Required action: The output is the lines below from the one with "#102=CARTESIAN_POINT('',(-29.583822,31.019291,12.7));" through the one with "#109=EDGE_LOOP('',(#108));", both included, printed exactly and with no other line.

########################################

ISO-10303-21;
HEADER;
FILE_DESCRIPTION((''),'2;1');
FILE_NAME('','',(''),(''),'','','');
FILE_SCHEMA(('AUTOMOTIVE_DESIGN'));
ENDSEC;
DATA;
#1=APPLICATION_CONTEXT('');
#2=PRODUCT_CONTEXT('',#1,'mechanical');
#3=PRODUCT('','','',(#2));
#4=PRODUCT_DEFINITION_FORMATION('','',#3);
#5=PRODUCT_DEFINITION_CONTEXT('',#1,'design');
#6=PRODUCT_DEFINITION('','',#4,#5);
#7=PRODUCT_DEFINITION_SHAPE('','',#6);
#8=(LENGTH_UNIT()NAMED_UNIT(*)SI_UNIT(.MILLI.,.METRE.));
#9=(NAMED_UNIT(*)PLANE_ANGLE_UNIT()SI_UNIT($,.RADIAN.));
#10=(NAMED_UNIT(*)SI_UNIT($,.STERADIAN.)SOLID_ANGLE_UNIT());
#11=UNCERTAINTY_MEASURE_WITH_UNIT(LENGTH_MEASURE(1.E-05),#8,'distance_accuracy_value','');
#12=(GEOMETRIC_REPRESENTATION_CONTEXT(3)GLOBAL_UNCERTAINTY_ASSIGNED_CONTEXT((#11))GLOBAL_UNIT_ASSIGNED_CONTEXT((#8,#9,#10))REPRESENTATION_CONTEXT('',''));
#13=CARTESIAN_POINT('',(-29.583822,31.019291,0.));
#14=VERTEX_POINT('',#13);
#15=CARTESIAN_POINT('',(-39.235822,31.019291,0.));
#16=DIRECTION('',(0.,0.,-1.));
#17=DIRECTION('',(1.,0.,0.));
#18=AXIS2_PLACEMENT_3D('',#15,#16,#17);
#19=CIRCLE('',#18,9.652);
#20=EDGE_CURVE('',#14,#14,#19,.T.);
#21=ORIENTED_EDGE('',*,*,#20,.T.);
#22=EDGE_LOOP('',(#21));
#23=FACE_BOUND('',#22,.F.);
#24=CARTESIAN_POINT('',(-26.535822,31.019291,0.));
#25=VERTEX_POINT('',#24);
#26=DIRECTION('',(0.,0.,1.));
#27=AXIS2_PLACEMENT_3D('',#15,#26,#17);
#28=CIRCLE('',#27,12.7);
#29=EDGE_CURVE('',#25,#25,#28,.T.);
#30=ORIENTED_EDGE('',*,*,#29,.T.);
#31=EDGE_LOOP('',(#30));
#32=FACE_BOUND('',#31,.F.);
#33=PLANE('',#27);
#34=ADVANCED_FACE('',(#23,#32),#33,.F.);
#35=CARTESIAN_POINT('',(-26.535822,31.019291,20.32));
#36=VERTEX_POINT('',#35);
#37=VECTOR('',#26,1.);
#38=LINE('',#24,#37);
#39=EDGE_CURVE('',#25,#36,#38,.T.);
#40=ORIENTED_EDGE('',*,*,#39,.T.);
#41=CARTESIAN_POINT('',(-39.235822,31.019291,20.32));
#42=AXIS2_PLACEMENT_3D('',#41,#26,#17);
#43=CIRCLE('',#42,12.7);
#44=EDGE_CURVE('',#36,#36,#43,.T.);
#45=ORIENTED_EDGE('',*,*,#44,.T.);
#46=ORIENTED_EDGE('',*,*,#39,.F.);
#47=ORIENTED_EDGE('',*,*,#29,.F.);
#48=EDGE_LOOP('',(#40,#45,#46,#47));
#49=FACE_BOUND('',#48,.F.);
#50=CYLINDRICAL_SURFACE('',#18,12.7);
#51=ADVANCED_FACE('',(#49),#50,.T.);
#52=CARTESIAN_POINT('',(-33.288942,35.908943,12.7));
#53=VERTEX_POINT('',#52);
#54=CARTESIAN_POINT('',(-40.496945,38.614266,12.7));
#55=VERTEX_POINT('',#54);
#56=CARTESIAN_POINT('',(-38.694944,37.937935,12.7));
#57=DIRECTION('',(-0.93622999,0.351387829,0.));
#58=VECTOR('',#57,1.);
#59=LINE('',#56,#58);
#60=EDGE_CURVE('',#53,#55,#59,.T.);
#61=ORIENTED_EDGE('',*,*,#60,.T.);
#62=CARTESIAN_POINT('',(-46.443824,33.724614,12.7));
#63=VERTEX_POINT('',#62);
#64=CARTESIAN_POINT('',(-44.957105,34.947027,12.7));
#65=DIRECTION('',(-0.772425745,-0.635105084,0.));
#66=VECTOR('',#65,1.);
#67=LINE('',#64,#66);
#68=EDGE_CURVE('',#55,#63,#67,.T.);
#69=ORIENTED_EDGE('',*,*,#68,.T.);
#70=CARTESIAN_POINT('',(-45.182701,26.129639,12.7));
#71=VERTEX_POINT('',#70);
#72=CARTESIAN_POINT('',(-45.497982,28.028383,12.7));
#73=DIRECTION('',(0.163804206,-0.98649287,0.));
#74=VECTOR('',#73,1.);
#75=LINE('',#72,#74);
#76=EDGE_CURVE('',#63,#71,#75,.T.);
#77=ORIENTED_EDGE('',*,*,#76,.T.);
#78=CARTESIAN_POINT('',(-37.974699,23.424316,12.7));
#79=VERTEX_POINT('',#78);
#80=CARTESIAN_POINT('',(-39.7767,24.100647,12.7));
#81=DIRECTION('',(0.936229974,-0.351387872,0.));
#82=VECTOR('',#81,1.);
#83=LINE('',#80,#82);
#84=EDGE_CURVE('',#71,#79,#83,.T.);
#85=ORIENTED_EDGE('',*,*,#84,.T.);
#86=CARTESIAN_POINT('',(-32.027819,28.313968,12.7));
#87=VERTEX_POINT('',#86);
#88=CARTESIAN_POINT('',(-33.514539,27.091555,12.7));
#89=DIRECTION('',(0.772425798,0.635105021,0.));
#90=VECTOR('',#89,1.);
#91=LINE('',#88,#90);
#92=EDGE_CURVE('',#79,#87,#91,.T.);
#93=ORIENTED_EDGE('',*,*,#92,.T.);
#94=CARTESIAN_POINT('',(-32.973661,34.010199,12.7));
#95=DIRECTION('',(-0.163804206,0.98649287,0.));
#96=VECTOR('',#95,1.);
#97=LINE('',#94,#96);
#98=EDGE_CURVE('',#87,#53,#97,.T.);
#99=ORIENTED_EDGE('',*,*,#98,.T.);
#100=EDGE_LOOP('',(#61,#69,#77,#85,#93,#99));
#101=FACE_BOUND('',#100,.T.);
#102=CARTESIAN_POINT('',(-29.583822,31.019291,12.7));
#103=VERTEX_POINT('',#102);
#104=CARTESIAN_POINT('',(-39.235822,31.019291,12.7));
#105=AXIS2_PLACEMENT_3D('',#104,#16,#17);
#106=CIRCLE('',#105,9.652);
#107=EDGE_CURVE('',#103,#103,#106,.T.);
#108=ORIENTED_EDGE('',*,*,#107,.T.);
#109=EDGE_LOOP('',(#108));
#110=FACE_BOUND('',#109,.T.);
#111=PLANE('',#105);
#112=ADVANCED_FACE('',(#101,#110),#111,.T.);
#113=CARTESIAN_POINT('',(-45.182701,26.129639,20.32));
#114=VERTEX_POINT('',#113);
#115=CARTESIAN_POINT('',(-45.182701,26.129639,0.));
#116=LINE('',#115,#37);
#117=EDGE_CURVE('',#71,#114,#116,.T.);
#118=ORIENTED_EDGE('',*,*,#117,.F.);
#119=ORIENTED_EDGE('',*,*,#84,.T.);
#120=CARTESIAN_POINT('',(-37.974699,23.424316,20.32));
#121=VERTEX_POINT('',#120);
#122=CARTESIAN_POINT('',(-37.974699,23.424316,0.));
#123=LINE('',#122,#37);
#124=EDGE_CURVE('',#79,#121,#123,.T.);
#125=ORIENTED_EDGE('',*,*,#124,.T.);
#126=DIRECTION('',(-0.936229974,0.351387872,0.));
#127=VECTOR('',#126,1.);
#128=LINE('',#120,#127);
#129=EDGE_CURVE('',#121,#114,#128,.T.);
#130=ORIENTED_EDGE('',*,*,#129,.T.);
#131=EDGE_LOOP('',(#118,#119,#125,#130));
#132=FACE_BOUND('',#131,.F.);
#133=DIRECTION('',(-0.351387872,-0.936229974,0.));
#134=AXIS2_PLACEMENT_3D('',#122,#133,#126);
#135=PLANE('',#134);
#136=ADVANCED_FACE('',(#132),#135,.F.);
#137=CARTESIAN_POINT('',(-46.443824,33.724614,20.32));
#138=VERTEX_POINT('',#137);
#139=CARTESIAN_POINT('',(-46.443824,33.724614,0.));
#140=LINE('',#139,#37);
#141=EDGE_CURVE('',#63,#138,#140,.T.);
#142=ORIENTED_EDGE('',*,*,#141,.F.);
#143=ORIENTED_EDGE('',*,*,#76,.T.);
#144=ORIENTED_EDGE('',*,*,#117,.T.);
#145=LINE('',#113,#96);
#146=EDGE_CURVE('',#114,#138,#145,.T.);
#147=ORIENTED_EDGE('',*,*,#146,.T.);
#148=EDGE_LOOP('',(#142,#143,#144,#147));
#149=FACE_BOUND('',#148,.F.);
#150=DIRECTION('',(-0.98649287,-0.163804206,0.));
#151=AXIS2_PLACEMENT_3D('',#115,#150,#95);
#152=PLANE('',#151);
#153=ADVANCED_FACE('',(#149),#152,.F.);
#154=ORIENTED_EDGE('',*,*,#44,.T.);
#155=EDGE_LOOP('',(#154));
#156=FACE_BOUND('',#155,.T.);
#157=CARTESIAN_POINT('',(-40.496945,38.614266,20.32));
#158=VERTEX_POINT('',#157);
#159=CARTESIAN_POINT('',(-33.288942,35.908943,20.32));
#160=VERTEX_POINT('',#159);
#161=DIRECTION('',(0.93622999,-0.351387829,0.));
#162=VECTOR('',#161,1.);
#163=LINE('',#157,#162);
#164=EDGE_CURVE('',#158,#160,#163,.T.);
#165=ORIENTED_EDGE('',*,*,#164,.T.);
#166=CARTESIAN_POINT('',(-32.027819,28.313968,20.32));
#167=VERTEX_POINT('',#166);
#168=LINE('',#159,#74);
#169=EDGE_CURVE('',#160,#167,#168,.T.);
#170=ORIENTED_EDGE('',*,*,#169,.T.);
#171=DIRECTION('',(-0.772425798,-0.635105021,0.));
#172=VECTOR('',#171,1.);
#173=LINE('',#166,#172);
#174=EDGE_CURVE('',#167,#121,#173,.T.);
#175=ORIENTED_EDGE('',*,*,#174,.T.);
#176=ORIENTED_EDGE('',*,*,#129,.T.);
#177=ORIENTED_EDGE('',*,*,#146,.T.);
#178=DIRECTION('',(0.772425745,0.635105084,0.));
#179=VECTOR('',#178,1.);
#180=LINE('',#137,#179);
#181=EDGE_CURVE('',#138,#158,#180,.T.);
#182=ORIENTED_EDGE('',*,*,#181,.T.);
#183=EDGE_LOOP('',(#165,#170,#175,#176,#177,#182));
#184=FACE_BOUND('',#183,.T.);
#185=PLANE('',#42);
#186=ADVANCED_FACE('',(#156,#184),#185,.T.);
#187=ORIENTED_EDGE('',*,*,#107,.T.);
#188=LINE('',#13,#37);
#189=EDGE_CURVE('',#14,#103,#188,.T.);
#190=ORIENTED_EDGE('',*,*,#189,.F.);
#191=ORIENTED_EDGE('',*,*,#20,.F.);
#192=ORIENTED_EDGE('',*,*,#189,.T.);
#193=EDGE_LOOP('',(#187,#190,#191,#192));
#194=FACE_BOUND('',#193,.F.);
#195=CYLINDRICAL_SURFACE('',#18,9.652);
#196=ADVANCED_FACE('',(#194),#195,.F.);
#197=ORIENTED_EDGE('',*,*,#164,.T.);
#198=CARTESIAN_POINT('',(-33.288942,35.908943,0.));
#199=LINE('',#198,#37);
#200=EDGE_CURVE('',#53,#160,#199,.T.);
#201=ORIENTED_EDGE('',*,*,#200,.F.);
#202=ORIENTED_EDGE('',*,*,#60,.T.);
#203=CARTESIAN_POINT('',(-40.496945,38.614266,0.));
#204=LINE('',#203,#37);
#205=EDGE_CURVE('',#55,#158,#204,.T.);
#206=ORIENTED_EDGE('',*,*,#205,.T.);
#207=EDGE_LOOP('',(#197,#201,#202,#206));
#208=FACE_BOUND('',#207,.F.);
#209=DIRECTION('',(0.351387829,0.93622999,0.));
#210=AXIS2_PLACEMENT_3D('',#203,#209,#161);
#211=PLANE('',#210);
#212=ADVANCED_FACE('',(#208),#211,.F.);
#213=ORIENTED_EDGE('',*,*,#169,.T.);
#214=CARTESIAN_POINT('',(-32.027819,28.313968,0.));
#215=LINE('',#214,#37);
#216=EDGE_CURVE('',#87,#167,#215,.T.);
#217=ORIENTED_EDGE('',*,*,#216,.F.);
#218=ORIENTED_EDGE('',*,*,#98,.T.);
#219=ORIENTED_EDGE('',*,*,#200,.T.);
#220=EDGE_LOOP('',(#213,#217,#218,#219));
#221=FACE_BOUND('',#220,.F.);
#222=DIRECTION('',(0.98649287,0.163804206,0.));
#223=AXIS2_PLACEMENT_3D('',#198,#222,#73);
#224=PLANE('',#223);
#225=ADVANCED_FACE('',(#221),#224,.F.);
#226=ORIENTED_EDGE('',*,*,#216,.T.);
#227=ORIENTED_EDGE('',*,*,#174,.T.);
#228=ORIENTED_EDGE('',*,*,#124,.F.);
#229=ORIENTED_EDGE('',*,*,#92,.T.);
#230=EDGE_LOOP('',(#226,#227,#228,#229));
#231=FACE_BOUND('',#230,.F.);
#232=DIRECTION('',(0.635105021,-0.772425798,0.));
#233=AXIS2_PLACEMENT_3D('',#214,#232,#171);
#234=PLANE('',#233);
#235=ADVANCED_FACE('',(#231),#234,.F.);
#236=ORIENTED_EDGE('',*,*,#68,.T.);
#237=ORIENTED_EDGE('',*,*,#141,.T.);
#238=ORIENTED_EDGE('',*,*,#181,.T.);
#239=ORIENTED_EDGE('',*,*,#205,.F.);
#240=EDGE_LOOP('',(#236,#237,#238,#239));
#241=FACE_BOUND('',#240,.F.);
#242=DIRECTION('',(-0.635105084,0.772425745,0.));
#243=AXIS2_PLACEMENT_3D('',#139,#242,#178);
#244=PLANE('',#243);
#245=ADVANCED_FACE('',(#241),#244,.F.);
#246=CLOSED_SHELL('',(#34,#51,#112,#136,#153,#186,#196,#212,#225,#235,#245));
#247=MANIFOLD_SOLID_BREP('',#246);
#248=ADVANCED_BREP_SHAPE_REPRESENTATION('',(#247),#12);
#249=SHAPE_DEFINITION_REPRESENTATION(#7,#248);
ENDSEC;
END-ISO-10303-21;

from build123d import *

# Parameters (mm, degrees)
F0_R     = 12.7
F0_R_2   = 10.16
F1_DEPTH = 20.32
F2_DEPTH = 20.32
F3_R     = 9.652
F4_DEPTH = 12.7


with BuildPart() as f1:
    # F0 (on Top) → F1 (new body)
    with BuildSketch(Plane.XY):
        with Locations((-39.235822, 31.019291)):
            Circle(F0_R)
        with Locations((-39.235822, 31.019291)):
            Circle(F0_R_2, mode=Mode.SUBTRACT)
    extrude(amount=F1_DEPTH)

    # F0 (on Top) → F2 (join)
    with BuildSketch(Plane.XY):
        with Locations((-39.235822, 31.019291)):
            Circle(F0_R_2)
        Polygon((-40.496945, 38.614266), (-33.288942, 35.908943), (-32.027819, 28.313968), (-37.974699, 23.424316), (-45.182701, 26.129639), (-46.443824, 33.724614), align=None, mode=Mode.SUBTRACT)
    extrude(amount=F2_DEPTH)

    # F3 (on face) → F4 (cut)
    with BuildSketch(Plane(origin=(0, 0, 0), x_dir=(1, 0, 0), z_dir=(0, 0, -1))):
        with Locations((-39.235822, -31.019291)):
            Circle(F3_R)
    extrude(amount=-F4_DEPTH, mode=Mode.SUBTRACT)


solid = f1.part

########################################

Answer section:
#102=CARTESIAN_POINT('',(-29.583822,31.019291,12.7));
#103=VERTEX_POINT('',#102);
#104=CARTESIAN_POINT('',(-39.235822,31.019291,12.7));
#105=AXIS2_PLACEMENT_3D('',#104,#16,#17);
#106=CIRCLE('',#105,9.652);
#107=EDGE_CURVE('',#103,#103,#106,.T.);
#108=ORIENTED_EDGE('',*,*,#107,.T.);
#109=EDGE_LOOP('',(#108));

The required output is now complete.